**YOUR GOAL:** Word for word, transcribe the data below from the line with "e4 v5 v4 LINE" to the line with "-e11 -e12 -e13]", keeping both of those lines.

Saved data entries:

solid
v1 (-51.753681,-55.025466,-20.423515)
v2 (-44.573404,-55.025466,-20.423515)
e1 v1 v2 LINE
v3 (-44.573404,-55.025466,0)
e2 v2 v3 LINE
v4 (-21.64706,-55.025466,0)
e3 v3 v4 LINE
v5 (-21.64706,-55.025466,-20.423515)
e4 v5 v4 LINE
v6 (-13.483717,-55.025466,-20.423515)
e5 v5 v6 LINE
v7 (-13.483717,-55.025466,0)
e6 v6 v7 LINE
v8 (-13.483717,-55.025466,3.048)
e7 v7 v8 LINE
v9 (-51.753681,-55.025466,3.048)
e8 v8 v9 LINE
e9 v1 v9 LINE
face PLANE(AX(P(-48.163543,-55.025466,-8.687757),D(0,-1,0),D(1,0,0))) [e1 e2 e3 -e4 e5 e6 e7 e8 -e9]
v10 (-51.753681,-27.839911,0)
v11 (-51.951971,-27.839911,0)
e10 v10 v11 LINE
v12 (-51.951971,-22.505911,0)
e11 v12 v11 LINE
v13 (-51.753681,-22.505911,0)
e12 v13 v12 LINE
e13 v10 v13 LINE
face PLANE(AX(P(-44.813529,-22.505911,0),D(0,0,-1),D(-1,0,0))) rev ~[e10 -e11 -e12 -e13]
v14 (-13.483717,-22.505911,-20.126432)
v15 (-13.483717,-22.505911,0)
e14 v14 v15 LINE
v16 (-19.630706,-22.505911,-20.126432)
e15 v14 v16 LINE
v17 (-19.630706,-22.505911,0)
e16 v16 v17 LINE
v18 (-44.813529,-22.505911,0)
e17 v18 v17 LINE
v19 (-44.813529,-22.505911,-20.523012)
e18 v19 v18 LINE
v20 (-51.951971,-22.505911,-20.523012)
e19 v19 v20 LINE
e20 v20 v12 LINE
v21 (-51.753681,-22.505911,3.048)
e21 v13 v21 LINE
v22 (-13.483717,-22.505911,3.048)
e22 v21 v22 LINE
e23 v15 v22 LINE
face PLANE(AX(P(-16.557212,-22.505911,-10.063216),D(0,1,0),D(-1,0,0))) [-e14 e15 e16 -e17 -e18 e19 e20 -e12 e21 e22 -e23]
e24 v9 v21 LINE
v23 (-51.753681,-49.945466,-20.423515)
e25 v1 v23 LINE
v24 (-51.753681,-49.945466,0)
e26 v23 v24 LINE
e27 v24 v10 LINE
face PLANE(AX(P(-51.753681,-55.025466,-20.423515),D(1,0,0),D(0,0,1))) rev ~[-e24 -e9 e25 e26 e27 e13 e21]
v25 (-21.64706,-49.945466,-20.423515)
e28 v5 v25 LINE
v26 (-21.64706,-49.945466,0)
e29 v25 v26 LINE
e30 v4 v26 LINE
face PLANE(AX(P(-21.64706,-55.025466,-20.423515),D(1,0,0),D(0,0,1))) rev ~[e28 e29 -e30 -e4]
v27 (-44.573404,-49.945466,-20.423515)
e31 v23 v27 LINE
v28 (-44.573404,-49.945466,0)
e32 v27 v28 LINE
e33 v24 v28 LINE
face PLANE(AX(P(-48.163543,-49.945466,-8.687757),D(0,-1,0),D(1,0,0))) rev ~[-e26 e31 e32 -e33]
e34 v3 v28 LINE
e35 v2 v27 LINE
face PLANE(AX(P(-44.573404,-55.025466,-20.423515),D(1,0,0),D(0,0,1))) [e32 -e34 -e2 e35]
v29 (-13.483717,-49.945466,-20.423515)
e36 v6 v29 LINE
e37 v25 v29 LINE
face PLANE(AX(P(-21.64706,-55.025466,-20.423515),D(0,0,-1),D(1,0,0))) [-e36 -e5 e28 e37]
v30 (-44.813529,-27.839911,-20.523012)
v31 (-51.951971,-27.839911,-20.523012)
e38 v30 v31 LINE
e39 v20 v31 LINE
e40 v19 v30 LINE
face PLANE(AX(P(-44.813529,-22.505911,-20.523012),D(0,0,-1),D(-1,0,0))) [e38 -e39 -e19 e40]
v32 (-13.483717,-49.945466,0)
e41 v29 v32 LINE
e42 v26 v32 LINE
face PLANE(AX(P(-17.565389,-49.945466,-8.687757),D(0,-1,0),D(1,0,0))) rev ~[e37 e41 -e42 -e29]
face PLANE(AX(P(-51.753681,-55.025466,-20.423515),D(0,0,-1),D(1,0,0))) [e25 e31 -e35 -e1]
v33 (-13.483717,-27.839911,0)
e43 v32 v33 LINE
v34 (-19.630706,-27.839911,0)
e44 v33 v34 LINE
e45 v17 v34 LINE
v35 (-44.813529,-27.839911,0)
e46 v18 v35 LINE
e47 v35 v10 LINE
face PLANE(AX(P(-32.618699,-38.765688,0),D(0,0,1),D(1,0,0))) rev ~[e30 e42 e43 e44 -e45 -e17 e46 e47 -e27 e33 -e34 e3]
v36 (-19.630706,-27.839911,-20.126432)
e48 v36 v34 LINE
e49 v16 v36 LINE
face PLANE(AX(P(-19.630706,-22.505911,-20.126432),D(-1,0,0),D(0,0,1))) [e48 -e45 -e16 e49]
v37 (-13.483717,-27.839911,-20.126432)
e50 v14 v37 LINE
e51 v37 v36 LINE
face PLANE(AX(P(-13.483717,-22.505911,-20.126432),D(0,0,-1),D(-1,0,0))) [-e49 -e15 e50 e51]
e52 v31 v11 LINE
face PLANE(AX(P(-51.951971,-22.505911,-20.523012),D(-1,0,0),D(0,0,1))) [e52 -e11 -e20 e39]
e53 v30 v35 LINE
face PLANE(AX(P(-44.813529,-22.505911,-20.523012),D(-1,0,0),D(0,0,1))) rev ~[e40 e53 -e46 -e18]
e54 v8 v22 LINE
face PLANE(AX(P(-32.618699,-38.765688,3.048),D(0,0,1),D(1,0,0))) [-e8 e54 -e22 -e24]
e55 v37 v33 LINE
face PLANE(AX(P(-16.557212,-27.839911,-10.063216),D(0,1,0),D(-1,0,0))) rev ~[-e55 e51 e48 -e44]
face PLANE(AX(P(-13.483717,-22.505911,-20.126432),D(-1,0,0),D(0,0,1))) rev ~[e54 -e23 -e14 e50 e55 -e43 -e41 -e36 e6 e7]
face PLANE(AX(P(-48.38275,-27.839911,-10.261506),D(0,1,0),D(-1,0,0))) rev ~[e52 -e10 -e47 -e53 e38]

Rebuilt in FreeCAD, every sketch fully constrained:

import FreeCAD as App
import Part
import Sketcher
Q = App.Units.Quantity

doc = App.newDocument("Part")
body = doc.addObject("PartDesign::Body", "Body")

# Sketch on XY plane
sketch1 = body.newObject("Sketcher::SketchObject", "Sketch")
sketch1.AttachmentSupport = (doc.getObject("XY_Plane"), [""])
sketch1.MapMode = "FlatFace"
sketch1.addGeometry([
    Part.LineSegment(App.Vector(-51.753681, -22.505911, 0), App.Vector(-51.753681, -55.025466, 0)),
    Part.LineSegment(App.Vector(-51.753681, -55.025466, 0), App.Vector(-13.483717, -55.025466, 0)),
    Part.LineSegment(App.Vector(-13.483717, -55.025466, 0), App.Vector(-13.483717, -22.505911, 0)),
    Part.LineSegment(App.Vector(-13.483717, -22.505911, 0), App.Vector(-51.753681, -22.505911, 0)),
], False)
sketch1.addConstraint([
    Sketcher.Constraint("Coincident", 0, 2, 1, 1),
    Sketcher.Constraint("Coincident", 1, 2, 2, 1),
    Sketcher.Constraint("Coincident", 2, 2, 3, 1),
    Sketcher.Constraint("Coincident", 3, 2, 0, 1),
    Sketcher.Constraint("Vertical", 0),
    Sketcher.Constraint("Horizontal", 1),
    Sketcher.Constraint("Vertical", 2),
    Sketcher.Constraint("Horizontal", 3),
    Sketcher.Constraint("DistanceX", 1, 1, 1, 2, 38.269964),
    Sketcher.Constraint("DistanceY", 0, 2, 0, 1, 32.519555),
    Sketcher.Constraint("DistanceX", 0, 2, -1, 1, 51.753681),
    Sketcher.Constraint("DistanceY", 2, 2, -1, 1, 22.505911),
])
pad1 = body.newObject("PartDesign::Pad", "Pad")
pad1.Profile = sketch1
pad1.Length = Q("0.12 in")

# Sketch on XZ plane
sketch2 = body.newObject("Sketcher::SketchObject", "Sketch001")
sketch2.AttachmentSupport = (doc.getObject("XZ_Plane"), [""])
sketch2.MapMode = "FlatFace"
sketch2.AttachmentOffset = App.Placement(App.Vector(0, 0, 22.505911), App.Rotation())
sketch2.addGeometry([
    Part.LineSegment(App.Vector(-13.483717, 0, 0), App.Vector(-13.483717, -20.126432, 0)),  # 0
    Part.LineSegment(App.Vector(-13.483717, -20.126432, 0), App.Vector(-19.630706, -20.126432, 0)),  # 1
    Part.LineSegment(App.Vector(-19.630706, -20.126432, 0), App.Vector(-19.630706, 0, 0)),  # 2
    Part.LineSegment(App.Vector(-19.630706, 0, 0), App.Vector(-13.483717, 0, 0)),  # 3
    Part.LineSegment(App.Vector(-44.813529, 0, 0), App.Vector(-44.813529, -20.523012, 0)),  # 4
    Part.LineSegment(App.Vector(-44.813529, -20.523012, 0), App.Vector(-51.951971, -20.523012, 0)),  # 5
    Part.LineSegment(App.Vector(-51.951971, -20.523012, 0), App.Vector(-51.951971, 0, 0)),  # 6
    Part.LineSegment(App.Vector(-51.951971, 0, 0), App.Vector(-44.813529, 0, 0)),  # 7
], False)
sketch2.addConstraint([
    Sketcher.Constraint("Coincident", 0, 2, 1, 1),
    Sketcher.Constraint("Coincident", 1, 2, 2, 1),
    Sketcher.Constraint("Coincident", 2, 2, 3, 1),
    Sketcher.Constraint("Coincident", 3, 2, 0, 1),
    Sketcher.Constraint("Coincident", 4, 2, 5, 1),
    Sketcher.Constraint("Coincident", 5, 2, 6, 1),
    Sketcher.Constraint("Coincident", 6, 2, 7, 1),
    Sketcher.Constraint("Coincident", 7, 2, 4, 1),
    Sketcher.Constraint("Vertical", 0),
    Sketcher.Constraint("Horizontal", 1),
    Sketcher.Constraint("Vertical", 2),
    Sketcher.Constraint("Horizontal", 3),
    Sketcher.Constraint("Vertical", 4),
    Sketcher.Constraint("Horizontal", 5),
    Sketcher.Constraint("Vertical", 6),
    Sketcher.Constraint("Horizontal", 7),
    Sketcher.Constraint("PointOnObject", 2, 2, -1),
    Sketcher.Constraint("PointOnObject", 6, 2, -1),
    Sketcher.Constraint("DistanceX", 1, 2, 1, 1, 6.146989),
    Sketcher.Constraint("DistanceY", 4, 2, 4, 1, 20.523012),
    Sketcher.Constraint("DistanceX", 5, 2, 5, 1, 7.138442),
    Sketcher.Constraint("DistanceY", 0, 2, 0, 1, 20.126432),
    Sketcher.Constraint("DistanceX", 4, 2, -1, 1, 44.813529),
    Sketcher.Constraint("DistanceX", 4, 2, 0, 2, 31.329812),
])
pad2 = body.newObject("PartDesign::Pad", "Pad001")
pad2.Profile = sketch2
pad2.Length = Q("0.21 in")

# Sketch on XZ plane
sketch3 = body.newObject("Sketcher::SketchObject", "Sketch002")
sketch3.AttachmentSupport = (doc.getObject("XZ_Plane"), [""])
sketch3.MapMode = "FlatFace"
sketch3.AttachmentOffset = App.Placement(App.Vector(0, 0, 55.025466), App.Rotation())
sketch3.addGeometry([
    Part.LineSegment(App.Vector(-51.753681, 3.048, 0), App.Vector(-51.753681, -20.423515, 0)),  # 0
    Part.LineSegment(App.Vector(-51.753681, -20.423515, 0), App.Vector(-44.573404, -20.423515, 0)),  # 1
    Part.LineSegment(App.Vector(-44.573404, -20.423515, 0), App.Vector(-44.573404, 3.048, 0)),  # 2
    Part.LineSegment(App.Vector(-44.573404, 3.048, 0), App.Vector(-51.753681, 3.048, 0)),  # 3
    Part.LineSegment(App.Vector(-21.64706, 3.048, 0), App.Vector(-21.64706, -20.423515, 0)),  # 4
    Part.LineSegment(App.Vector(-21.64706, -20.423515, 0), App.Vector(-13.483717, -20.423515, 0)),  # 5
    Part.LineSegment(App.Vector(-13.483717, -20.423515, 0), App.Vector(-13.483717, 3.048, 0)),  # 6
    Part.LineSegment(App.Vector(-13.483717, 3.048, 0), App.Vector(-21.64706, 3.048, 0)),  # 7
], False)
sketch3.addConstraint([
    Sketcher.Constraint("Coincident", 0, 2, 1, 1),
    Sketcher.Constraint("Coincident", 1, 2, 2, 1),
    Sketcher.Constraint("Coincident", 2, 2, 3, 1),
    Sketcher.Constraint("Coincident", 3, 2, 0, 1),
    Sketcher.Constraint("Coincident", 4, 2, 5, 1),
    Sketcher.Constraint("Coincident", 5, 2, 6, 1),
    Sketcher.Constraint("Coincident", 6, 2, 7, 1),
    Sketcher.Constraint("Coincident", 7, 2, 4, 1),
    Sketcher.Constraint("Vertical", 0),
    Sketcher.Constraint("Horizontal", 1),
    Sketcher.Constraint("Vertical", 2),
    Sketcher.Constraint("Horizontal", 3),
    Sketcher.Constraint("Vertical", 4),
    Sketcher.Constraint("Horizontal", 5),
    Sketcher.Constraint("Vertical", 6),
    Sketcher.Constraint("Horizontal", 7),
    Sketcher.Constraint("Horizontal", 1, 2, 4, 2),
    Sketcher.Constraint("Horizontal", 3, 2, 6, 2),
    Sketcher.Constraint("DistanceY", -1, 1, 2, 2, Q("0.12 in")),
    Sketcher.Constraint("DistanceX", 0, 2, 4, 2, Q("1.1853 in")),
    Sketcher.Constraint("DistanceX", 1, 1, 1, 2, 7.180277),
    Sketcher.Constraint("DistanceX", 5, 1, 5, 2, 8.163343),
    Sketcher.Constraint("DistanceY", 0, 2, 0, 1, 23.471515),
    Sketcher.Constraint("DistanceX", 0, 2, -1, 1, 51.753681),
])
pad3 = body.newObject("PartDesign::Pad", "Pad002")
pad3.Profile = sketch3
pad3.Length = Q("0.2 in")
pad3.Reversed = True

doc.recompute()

**EXERCISE RESPONSE:**
e4 v5 v4 LINE
v6 (-13.483717,-55.025466,-20.423515)
e5 v5 v6 LINE
v7 (-13.483717,-55.025466,0)
e6 v6 v7 LINE
v8 (-13.483717,-55.025466,3.048)
e7 v7 v8 LINE
v9 (-51.753681,-55.025466,3.048)
e8 v8 v9 LINE
e9 v1 v9 LINE
face PLANE(AX(P(-48.163543,-55.025466,-8.687757),D(0,-1,0),D(1,0,0))) [e1 e2 e3 -e4 e5 e6 e7 e8 -e9]
v10 (-51.753681,-27.839911,0)
v11 (-51.951971,-27.839911,0)
e10 v10 v11 LINE
v12 (-51.951971,-22.505911,0)
e11 v12 v11 LINE
v13 (-51.753681,-22.505911,0)
e12 v13 v12 LINE
e13 v10 v13 LINE
face PLANE(AX(P(-44.813529,-22.505911,0),D(0,0,-1),D(-1,0,0))) rev ~[e10 -e11 -e12 -e13]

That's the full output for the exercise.